#### [Assigned task]
Quote all entries in full, exactly.
---------- Data shown ----------
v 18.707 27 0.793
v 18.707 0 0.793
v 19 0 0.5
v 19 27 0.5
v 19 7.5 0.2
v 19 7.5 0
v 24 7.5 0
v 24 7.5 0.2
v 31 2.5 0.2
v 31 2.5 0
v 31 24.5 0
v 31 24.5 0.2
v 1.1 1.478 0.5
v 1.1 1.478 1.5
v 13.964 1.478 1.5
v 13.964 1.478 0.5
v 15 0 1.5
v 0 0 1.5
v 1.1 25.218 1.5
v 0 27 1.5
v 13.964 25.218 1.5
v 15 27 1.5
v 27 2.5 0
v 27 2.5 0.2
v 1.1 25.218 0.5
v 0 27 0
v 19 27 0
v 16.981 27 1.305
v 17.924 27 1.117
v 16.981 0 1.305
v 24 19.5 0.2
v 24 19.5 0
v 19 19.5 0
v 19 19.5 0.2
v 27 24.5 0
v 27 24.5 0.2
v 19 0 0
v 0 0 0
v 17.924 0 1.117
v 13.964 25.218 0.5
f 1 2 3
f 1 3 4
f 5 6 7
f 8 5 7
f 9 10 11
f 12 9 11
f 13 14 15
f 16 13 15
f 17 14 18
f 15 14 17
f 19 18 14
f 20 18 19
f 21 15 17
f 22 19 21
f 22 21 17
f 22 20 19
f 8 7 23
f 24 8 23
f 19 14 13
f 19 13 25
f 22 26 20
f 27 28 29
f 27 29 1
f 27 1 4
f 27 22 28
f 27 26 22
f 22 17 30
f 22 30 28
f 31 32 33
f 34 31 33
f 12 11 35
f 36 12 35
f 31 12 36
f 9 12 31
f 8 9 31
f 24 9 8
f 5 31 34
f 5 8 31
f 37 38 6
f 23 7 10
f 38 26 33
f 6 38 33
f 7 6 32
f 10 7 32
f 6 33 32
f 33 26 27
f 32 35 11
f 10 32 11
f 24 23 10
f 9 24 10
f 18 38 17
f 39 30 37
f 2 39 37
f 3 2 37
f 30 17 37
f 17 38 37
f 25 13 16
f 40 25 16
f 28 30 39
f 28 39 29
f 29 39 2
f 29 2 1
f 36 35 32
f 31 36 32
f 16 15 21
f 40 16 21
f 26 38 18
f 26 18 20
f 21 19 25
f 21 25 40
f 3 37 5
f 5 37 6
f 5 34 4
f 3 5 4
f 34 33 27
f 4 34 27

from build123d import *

# Parameters (mm, degrees)
SKETCH_W        = 19
SKETCH_H        = 27
PAD_DEPTH       = 1.5
PAD001_DEPTH    = 0.2
SKETCH003_W     = 12.864
SKETCH003_H     = 23.74
POCKET_DEPTH    = 1
CHAMFER_SIZE    = 1
CHAMFER001_SIZE = 1
CHAMFER002_SIZE = 1
CHAMFER003_SIZE = 1


with BuildPart() as part:
    # Sketch → Pad (new body)
    with BuildSketch(Plane.XY):
        with Locations((9.5, 13.5)):
            Rectangle(SKETCH_W, SKETCH_H)
    extrude(amount=PAD_DEPTH)

    # Sketch001 (on Face5 of Pad) → Pad001 (join)
    with BuildSketch(Plane(origin=(0, 0, 0), x_dir=(1, 0, 0), z_dir=(0, 0, -1))):
        Polygon((18, -7.5), (24, -7.5), (27, -2.5), (31, -2.5), (31, -24.5), (27, -24.5), (24, -19.5), (18, -19.5), align=None)
    extrude(amount=-PAD001_DEPTH)

    # Sketch003 (on Face5 of Pad001) → Pocket (cut)
    with BuildSketch(Plane.XY.offset(1.5)):
        with Locations((7.532, 13.348)):
            Rectangle(SKETCH003_W, SKETCH003_H)
    extrude(amount=-POCKET_DEPTH, mode=Mode.SUBTRACT)

    # Chamfer
    chamfer_edges = [part.edges().sort_by_distance(p)[0] for p in [
        (19, 13.5, 1.5),
    ]]
    chamfer(chamfer_edges, length=CHAMFER_SIZE)

    # Chamfer001
    chamfer001_edges = [part.edges().sort_by_distance(p)[0] for p in [
        (18, 13.5, 1.5),
    ]]
    chamfer(chamfer001_edges, length=CHAMFER001_SIZE)

    # Chamfer002
    chamfer002_edges = [part.edges().sort_by_distance(p)[0] for p in [
        (17, 13.5, 1.5),
    ]]
    chamfer(chamfer002_edges, length=CHAMFER002_SIZE)

    # Chamfer003
    chamfer003_edges = [part.edges().sort_by_distance(p)[0] for p in [
        (16, 13.5, 1.5),
    ]]
    chamfer(chamfer003_edges, length=CHAMFER003_SIZE)


solid = part.part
----------
#### [Response to the exercise]
v 18.707 27 0.793
v 18.707 0 0.793
v 19 0 0.5
v 19 27 0.5
v 19 7.5 0.2
v 19 7.5 0
v 24 7.5 0
v 24 7.5 0.2
v 31 2.5 0.2
v 31 2.5 0
v 31 24.5 0
v 31 24.5 0.2
v 1.1 1.478 0.5
v 1.1 1.478 1.5
v 13.964 1.478 1.5
v 13.964 1.478 0.5
v 15 0 1.5
v 0 0 1.5
v 1.1 25.218 1.5
v 0 27 1.5
v 13.964 25.218 1.5
v 15 27 1.5
v 27 2.5 0
v 27 2.5 0.2
v 1.1 25.218 0.5
v 0 27 0
v 19 27 0
v 16.981 27 1.305
v 17.924 27 1.117
v 16.981 0 1.305
v 24 19.5 0.2
v 24 19.5 0
v 19 19.5 0
v 19 19.5 0.2
v 27 24.5 0
v 27 24.5 0.2
v 19 0 0
v 0 0 0
v 17.924 0 1.117
v 13.964 25.218 0.5
f 1 2 3
f 1 3 4
f 5 6 7
f 8 5 7
f 9 10 11
f 12 9 11
f 13 14 15
f 16 13 15
f 17 14 18
f 15 14 17
f 19 18 14
f 20 18 19
f 21 15 17
f 22 19 21
f 22 21 17
f 22 20 19
f 8 7 23
f 24 8 23
f 19 14 13
f 19 13 25
f 22 26 20
f 27 28 29
f 27 29 1
f 27 1 4
f 27 22 28
f 27 26 22
f 22 17 30
f 22 30 28
f 31 32 33
f 34 31 33
f 12 11 35
f 36 12 35
f 31 12 36
f 9 12 31
f 8 9 31
f 24 9 8
f 5 31 34
f 5 8 31
f 37 38 6
f 23 7 10
f 38 26 33
f 6 38 33
f 7 6 32
f 10 7 32
f 6 33 32
f 33 26 27
f 32 35 11
f 10 32 11
f 24 23 10
f 9 24 10
f 18 38 17
f 39 30 37
f 2 39 37
f 3 2 37
f 30 17 37
f 17 38 37
f 25 13 16
f 40 25 16
f 28 30 39
f 28 39 29
f 29 39 2
f 29 2 1
f 36 35 32
f 31 36 32
f 16 15 21
f 40 16 21
f 26 38 18
f 26 18 20
f 21 19 25
f 21 25 40
f 3 37 5
f 5 37 6
f 5 34 4
f 3 5 4
f 34 33 27
f 4 34 27

from build123d import *

# Parameters (mm, degrees)
SKETCH_W        = 19
SKETCH_H        = 27
PAD_DEPTH       = 1.5
PAD001_DEPTH    = 0.2
SKETCH003_W     = 12.864
SKETCH003_H     = 23.74
POCKET_DEPTH    = 1
CHAMFER_SIZE    = 1
CHAMFER001_SIZE = 1
CHAMFER002_SIZE = 1
CHAMFER003_SIZE = 1


with BuildPart() as part:
    # Sketch → Pad (new body)
    with BuildSketch(Plane.XY):
        with Locations((9.5, 13.5)):
            Rectangle(SKETCH_W, SKETCH_H)
    extrude(amount=PAD_DEPTH)

    # Sketch001 (on Face5 of Pad) → Pad001 (join)
    with BuildSketch(Plane(origin=(0, 0, 0), x_dir=(1, 0, 0), z_dir=(0, 0, -1))):
        Polygon((18, -7.5), (24, -7.5), (27, -2.5), (31, -2.5), (31, -24.5), (27, -24.5), (24, -19.5), (18, -19.5), align=None)
    extrude(amount=-PAD001_DEPTH)

    # Sketch003 (on Face5 of Pad001) → Pocket (cut)
    with BuildSketch(Plane.XY.offset(1.5)):
        with Locations((7.532, 13.348)):
            Rectangle(SKETCH003_W, SKETCH003_H)
    extrude(amount=-POCKET_DEPTH, mode=Mode.SUBTRACT)

    # Chamfer
    chamfer_edges = [part.edges().sort_by_distance(p)[0] for p in [
        (19, 13.5, 1.5),
    ]]
    chamfer(chamfer_edges, length=CHAMFER_SIZE)

    # Chamfer001
    chamfer001_edges = [part.edges().sort_by_distance(p)[0] for p in [
        (18, 13.5, 1.5),
    ]]
    chamfer(chamfer001_edges, length=CHAMFER001_SIZE)

    # Chamfer002
    chamfer002_edges = [part.edges().sort_by_distance(p)[0] for p in [
        (17, 13.5, 1.5),
    ]]
    chamfer(chamfer002_edges, length=CHAMFER002_SIZE)

    # Chamfer003
    chamfer003_edges = [part.edges().sort_by_distance(p)[0] for p in [
        (16, 13.5, 1.5),
    ]]
    chamfer(chamfer003_edges, length=CHAMFER003_SIZE)


solid = part.part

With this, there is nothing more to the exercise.